# Data extracts:
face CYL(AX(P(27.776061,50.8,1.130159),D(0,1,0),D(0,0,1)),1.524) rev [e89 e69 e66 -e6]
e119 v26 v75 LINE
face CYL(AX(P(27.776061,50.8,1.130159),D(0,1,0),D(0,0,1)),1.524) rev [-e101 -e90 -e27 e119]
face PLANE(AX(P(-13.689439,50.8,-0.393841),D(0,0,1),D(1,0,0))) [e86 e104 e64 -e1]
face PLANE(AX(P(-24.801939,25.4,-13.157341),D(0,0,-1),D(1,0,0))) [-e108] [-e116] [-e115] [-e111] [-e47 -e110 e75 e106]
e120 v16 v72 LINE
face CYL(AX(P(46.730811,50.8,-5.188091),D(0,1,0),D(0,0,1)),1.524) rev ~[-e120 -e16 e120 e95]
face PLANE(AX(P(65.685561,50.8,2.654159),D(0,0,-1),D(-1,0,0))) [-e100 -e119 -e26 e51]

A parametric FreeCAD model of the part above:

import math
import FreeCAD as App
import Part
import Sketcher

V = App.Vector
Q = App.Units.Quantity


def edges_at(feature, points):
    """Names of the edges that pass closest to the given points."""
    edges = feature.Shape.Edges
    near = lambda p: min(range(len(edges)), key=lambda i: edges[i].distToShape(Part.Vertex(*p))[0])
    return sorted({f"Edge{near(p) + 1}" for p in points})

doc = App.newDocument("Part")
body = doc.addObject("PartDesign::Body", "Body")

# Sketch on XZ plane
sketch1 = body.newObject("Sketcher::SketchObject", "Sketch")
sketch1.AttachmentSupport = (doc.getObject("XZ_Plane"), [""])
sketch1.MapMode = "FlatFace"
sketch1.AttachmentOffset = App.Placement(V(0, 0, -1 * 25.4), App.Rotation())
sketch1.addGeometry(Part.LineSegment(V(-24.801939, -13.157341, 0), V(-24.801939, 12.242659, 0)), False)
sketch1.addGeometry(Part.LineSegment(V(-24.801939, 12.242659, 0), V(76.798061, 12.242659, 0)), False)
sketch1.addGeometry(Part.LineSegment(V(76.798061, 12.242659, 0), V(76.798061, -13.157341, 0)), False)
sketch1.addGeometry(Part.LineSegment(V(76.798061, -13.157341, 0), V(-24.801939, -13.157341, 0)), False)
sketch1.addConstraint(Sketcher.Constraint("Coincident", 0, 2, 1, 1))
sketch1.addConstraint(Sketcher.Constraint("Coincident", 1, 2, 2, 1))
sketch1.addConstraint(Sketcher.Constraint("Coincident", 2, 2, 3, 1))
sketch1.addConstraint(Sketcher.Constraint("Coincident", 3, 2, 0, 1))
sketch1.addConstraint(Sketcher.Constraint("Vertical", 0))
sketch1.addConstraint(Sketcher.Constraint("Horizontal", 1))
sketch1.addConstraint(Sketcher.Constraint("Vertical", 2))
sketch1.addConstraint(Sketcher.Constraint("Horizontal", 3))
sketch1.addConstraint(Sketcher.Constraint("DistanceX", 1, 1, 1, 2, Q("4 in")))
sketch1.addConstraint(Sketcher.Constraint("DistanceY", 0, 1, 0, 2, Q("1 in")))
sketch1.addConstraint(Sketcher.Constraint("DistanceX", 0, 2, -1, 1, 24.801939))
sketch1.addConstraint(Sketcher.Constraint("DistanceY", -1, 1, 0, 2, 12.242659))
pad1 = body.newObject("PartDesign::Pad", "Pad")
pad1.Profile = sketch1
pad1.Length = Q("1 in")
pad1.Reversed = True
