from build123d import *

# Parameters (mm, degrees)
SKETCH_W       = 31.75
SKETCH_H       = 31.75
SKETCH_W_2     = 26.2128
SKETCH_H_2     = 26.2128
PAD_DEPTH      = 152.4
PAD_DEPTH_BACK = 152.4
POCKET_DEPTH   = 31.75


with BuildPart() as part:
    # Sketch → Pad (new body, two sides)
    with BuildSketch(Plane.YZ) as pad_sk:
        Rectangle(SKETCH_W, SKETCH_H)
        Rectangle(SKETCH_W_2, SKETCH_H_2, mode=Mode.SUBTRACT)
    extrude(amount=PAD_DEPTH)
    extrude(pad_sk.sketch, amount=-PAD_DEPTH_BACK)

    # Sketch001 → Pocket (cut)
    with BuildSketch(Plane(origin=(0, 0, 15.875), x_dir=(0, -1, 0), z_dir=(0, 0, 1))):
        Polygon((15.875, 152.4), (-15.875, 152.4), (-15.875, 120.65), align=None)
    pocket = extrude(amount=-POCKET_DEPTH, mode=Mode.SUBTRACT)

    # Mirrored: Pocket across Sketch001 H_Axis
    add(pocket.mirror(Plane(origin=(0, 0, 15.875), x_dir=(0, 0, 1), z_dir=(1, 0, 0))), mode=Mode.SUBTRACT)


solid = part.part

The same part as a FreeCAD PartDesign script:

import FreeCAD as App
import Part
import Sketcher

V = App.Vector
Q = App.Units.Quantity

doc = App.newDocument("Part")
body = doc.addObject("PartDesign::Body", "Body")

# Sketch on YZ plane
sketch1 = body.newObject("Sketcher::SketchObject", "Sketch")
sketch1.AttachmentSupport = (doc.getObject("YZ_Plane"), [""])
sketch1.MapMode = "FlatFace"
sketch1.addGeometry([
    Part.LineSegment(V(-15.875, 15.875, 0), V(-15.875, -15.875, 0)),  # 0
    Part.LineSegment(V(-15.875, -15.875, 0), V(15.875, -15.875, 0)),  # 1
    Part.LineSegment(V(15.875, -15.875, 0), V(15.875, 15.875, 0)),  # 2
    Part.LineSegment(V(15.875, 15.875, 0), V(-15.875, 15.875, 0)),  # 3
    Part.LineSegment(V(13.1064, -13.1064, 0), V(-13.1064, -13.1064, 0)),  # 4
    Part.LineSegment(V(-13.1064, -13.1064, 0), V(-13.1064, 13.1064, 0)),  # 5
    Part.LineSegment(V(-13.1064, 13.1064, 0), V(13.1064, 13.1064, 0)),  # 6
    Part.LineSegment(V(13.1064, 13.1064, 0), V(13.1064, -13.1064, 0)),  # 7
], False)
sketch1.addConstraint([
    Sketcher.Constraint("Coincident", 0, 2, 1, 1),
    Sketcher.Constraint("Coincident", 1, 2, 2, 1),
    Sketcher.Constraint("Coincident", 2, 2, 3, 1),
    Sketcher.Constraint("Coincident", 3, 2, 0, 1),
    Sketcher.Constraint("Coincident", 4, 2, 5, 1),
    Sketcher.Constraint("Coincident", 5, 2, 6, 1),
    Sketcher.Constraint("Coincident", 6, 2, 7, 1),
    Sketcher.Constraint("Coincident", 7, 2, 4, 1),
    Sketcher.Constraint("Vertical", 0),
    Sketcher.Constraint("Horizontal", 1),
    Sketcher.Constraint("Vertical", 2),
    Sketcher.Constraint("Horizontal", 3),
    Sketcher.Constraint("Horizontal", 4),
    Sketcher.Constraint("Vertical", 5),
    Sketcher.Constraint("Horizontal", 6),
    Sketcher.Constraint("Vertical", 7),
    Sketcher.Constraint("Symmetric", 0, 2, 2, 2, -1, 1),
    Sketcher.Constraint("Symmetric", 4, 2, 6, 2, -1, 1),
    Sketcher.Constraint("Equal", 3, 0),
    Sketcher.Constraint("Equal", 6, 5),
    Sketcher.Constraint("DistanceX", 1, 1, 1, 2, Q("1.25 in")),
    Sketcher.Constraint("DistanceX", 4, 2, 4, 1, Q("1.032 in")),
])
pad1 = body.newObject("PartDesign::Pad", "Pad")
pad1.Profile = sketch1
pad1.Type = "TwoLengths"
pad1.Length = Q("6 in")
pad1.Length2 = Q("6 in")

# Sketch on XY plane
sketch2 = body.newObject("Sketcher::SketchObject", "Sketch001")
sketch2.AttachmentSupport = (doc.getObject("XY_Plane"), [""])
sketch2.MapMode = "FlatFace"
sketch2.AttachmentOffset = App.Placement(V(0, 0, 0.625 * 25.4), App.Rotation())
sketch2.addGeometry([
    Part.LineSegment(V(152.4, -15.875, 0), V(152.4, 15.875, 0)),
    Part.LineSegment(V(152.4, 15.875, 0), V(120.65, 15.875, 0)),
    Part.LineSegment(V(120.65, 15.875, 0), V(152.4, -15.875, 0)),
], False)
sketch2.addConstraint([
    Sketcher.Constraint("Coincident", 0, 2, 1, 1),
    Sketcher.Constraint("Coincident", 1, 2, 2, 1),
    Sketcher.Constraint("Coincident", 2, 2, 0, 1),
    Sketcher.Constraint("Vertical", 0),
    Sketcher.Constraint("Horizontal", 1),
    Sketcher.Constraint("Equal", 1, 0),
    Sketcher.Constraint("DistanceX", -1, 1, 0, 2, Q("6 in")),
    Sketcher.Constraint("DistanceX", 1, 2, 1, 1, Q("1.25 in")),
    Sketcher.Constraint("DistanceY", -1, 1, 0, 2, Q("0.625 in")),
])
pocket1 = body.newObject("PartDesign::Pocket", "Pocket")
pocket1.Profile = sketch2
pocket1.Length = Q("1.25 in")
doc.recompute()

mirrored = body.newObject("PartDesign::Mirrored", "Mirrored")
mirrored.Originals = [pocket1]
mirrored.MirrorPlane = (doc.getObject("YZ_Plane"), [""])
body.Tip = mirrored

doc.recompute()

# What to produce:
Nothing but a number should be returned: how many lines of the listing include "feature".

# Task answer:
2